----- PROVIDED MATERIAL

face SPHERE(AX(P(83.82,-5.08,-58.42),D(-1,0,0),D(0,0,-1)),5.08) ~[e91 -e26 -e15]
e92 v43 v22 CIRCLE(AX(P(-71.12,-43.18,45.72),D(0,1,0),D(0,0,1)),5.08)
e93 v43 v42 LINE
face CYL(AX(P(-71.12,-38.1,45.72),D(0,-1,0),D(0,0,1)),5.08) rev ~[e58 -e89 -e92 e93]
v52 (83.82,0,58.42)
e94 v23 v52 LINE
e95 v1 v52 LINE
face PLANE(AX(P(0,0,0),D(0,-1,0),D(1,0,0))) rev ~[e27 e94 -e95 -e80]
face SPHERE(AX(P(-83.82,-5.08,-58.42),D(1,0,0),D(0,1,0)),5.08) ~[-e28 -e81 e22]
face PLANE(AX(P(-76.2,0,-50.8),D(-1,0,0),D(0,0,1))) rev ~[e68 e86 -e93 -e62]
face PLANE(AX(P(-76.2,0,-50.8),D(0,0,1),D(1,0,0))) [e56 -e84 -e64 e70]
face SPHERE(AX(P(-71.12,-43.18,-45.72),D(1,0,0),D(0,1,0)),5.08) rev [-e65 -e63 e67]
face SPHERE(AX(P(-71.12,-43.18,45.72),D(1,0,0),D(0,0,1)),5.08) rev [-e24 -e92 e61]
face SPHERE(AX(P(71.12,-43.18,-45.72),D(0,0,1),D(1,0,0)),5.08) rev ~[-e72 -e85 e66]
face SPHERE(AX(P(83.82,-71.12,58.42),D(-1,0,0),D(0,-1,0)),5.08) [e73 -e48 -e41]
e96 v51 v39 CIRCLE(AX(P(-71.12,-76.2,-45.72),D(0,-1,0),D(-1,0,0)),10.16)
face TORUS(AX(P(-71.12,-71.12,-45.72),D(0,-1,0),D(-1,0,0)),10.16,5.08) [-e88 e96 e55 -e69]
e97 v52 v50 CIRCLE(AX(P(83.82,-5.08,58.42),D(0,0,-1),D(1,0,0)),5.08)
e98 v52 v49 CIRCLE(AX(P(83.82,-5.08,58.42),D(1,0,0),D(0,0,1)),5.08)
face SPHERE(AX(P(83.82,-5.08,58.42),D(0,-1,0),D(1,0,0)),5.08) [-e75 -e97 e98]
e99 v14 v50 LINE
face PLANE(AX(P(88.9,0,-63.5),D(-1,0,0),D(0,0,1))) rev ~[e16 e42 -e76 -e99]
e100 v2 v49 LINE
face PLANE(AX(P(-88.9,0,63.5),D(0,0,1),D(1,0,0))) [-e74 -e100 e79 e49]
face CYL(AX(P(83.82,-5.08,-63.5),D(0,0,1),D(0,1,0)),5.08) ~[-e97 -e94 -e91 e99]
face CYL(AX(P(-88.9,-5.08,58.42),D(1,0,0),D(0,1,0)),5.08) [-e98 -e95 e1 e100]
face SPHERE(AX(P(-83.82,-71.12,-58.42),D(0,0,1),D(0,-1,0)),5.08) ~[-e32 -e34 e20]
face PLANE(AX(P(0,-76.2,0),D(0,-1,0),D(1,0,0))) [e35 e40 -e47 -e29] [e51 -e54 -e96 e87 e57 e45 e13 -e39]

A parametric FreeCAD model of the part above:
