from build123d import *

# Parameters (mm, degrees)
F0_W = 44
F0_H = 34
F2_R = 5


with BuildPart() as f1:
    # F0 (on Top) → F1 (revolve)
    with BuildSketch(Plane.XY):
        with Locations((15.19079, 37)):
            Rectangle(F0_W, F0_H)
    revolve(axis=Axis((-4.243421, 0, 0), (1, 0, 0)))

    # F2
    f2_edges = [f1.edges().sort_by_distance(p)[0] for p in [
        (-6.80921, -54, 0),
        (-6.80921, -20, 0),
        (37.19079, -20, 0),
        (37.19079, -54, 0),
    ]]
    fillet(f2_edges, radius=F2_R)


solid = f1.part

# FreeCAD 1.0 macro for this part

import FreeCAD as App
import Part
import Sketcher


def edges_at(feature, points):
    """Names of the edges that pass closest to the given points."""
    edges = feature.Shape.Edges
    near = lambda p: min(range(len(edges)), key=lambda i: edges[i].distToShape(Part.Vertex(*p))[0])
    return sorted({f"Edge{near(p) + 1}" for p in points})

doc = App.newDocument("Part")
body = doc.addObject("PartDesign::Body", "Body")

# Sketch on XY plane
sketch1 = body.newObject("Sketcher::SketchObject", "Sketch")
sketch1.AttachmentSupport = (doc.getObject("XY_Plane"), [""])
sketch1.MapMode = "FlatFace"
sketch1.addGeometry(Part.LineSegment(App.Vector(-6.80921, 54, 0), App.Vector(-6.80921, 20, 0)), False)
sketch1.addGeometry(Part.LineSegment(App.Vector(-6.80921, 20, 0), App.Vector(37.19079, 20, 0)), False)
sketch1.addGeometry(Part.LineSegment(App.Vector(37.19079, 20, 0), App.Vector(37.19079, 54, 0)), False)
sketch1.addGeometry(Part.LineSegment(App.Vector(37.19079, 54, 0), App.Vector(-6.80921, 54, 0)), False)
sketch1.addConstraint(Sketcher.Constraint("Coincident", 0, 2, 1, 1))
sketch1.addConstraint(Sketcher.Constraint("Coincident", 1, 2, 2, 1))
sketch1.addConstraint(Sketcher.Constraint("Coincident", 2, 2, 3, 1))
sketch1.addConstraint(Sketcher.Constraint("Coincident", 3, 2, 0, 1))
sketch1.addConstraint(Sketcher.Constraint("Vertical", 0))
sketch1.addConstraint(Sketcher.Constraint("Horizontal", 1))
sketch1.addConstraint(Sketcher.Constraint("Vertical", 2))
sketch1.addConstraint(Sketcher.Constraint("Horizontal", 3))
sketch1.addConstraint(Sketcher.Constraint("DistanceX", 1, 1, 1, 2, 44.0))
sketch1.addConstraint(Sketcher.Constraint("DistanceY", 0, 2, 0, 1, 34.0))
sketch1.addConstraint(Sketcher.Constraint("DistanceY", -1, 1, 0, 2, 20.0))
sketch1.addConstraint(Sketcher.Constraint("DistanceX", 0, 2, -1, 1, 6.80921))
revolution = body.newObject("PartDesign::Revolution", "Revolution")
revolution.Profile = sketch1
revolution.ReferenceAxis = (sketch1, ["H_Axis"])
revolution.Angle = 360
doc.recompute()

fillet = body.newObject("PartDesign::Fillet", "Fillet")
fillet.Base = (revolution, edges_at(revolution, [
    (-6.809, -54, 0),
    (-6.809, -20, 0),
    (37.191, -20, 0),
    (37.191, -54, 0),
]))
fillet.Radius = 5

doc.recompute()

----------

### [PROBLEM STATEMENT]
Report every line containing the string "revolve" in the material.

### [SOLVED PROBLEM]
    # F0 (on Top) → F1 (revolve)
    revolve(axis=Axis((-4.243421, 0, 0), (1, 0, 0)))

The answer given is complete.